When I was between the ages of 3 and 5 my mother would occasionally visit one of our elderly neighbors. I don't recall her name, or what we did there, but I do remember eating one of the most delicious things I had ever had in my short life. It was the kind of taste one's palette is so blow away by that you remember the moment your mouth first experience such joy.
We moved away when I was 5, and I did not have one of these delicacies again for another 23 years.
Apparently my parents did not share in my enthusiasm for this mystery fruit because the never purchased one or mentioned them in all that time. I thought about the taste over the years, but I had no idea what I had eaten. The grocery stores I frequented didn't often vary their stock, so I was limited in what I was able to try.
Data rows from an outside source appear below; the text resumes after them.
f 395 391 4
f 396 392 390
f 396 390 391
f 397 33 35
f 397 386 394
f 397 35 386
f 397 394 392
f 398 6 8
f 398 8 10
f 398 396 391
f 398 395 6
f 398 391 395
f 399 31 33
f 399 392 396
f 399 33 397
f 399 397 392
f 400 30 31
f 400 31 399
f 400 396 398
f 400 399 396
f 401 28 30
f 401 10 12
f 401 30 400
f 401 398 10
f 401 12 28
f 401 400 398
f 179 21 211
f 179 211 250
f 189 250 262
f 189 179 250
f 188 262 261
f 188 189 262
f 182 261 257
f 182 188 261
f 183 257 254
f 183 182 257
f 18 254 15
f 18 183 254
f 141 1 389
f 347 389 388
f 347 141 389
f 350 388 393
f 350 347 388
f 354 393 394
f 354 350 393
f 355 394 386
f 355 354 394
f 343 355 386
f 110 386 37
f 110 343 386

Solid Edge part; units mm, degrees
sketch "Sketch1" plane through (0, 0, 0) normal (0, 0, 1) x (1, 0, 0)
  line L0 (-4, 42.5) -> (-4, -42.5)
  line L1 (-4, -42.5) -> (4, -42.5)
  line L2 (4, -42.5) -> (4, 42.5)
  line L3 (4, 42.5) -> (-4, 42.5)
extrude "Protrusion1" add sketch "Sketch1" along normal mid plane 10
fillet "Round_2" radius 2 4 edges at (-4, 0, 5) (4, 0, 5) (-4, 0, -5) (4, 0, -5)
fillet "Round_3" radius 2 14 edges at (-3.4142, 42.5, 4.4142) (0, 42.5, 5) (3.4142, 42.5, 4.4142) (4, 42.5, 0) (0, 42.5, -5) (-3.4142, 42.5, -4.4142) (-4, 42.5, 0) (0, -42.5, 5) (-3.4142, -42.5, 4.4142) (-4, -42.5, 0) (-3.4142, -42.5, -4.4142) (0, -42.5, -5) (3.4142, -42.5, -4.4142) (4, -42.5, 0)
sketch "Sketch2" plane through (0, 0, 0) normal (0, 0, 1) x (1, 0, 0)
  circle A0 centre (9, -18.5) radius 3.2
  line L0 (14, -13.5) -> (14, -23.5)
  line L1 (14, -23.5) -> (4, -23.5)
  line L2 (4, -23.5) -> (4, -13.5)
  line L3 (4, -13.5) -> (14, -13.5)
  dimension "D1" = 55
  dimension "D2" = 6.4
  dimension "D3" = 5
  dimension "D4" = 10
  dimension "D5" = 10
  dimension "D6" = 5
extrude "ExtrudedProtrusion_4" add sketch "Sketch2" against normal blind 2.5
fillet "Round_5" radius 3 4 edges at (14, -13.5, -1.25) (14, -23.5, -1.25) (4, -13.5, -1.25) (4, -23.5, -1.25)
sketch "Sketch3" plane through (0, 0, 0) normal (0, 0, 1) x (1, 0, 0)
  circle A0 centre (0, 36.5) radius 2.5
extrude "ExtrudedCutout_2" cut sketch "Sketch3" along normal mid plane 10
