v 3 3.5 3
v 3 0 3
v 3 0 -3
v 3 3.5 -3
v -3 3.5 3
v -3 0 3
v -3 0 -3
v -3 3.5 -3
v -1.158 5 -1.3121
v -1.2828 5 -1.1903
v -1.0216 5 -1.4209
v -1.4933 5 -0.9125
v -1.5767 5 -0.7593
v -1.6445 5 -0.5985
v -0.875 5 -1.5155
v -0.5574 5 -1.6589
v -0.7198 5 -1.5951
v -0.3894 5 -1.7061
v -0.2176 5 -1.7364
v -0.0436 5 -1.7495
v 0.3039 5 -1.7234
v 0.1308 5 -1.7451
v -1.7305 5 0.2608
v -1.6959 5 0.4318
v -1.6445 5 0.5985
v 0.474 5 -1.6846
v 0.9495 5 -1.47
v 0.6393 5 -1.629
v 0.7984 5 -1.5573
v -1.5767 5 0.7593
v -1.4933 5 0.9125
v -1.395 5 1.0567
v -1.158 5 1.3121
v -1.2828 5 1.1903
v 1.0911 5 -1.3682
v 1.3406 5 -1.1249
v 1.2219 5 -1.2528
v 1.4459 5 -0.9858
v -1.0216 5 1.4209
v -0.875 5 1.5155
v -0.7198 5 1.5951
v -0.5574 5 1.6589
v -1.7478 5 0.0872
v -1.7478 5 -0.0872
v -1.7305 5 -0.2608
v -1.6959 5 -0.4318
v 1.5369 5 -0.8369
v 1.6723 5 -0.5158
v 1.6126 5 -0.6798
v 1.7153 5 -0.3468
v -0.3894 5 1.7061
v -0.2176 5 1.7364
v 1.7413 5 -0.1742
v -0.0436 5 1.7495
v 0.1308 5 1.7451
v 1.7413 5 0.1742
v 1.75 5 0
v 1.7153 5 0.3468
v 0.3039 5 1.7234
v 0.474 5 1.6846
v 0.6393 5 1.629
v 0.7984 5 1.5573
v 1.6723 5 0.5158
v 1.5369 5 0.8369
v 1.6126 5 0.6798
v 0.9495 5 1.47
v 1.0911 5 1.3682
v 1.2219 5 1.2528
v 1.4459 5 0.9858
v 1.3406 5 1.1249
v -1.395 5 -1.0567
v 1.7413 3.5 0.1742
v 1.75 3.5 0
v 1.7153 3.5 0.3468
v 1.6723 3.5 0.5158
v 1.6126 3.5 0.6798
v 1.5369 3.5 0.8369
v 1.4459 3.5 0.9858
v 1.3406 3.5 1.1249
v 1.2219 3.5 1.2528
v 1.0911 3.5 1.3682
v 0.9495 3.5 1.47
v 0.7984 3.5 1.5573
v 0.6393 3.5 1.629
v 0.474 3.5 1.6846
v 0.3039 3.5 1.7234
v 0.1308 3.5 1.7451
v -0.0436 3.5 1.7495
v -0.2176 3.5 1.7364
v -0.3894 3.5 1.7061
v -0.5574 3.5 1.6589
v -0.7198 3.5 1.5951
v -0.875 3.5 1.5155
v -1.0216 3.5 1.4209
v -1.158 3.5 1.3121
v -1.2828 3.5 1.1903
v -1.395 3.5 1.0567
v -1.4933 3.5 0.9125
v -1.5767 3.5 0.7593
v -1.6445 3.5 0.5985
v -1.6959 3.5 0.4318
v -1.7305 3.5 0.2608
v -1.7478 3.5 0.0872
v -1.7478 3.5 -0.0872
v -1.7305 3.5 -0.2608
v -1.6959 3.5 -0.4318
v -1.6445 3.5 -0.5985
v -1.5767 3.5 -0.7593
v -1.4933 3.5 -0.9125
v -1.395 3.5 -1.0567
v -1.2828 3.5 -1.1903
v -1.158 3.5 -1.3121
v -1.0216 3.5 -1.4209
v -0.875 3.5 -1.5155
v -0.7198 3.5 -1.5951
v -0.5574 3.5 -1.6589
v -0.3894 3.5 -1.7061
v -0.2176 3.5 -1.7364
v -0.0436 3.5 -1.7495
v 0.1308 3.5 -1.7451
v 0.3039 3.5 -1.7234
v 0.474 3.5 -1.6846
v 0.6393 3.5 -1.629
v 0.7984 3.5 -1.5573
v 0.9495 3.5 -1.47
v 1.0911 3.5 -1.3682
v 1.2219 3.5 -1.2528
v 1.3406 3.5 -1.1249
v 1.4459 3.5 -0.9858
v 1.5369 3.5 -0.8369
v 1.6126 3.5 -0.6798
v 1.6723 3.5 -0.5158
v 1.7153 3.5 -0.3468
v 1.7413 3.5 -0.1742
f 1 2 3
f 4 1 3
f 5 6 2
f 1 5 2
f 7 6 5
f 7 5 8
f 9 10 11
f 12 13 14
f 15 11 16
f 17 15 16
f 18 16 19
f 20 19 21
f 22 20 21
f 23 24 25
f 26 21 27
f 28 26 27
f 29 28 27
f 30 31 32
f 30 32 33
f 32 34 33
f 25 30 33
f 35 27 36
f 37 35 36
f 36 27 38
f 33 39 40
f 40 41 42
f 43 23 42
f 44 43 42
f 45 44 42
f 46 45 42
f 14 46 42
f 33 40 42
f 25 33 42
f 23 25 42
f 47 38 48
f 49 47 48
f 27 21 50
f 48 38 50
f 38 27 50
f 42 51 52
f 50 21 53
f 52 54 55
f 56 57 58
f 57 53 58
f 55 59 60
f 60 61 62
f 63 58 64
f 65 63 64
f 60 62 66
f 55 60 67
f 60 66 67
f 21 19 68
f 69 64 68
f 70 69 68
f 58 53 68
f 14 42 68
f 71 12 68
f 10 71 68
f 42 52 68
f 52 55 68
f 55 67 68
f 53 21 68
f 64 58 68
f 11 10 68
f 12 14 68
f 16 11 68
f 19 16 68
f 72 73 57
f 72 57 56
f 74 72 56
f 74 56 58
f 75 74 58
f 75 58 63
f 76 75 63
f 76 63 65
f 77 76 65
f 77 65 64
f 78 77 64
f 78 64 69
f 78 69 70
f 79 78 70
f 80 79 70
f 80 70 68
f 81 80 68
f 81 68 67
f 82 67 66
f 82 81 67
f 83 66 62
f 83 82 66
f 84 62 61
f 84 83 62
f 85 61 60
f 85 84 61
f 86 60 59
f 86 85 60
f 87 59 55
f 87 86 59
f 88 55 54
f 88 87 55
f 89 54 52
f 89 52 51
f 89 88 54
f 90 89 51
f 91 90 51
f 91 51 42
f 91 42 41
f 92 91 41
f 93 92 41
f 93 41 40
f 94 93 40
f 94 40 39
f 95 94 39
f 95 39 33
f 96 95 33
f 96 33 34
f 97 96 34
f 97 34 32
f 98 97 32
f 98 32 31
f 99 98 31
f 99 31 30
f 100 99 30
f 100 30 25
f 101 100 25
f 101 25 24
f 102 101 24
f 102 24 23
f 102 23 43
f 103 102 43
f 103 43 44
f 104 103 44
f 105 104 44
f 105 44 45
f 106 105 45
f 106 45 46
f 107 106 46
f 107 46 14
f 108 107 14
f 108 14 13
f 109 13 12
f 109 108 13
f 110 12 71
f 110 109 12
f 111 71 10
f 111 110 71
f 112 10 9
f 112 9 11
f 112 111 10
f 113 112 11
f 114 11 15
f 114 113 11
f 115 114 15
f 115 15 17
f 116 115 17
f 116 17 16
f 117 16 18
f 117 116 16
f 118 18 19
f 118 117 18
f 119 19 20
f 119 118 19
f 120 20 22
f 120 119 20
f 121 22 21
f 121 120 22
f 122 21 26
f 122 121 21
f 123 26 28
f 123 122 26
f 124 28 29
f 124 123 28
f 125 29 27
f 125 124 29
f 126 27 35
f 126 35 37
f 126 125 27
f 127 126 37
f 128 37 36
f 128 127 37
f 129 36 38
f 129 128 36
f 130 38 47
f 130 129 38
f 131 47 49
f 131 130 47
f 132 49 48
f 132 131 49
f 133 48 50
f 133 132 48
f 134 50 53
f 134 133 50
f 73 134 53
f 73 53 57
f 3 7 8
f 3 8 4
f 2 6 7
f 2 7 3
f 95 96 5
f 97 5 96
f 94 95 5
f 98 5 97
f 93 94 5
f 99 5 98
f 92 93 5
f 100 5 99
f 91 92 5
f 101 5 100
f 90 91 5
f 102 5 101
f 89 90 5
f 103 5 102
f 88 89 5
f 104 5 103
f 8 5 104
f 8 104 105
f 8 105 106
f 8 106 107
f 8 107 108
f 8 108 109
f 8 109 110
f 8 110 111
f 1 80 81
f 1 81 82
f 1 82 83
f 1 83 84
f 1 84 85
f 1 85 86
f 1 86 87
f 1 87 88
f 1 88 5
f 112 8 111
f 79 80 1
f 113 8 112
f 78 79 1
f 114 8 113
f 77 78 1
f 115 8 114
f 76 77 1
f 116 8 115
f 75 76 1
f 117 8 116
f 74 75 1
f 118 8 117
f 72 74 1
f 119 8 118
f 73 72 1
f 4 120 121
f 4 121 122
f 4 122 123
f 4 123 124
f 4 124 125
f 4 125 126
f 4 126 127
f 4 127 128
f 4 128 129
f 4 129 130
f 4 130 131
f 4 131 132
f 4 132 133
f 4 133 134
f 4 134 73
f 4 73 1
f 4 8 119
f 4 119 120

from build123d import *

# Parameters (mm, degrees)
SKETCH_1_W      = 6
SKETCH_1_H      = 6
EXTRUDE_1_DEPTH = 3.5
SKETCH_2_R      = 1.75
EXTRUDE_2_DEPTH = 5


with BuildPart() as part:
    # 草图1 → 凸台-拉伸1 (new body)
    with BuildSketch(Plane(origin=(0, 0, 0), x_dir=(1, 0, 0), z_dir=(0, 1, 0))):
        Rectangle(SKETCH_1_W, SKETCH_1_H)
    extrude(amount=EXTRUDE_1_DEPTH)

    # 草图2 → 凸台-拉伸2 (add)
    with BuildSketch(Plane.XZ):
        Circle(SKETCH_2_R)
    extrude(amount=-EXTRUDE_2_DEPTH)


solid = part.part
I moved to Roanoke, VA when I was 28 and it changed my life. One day while shopping in the local Kroger I noticed something new and different in the produce department. The sight of this delicate, greenish, teardrop shaped fruit stirred something in me. Grocery budget be damned I had to have some of these. When I arrived home I immediately released my purchase from its protective plastic box. The soft yielding flesh further encouraged me that I had at last found the taste of a childhood memory. I cut it in half and revealed the pleasantly repulsive insides which resemble something between guts and a flower. In the first bite I felt the release of a childhood longing. Something I had been searching for all my life, a sweet connection to my past. The delicious fig.
You know I share you love for figs!! I was quite excited when I saw my friends tree also in bloom. I have people keeping tabs on their growth so we can get a good amount before the birds do! What a wonderful memory the first fig truly is, wonderfully delicious. :)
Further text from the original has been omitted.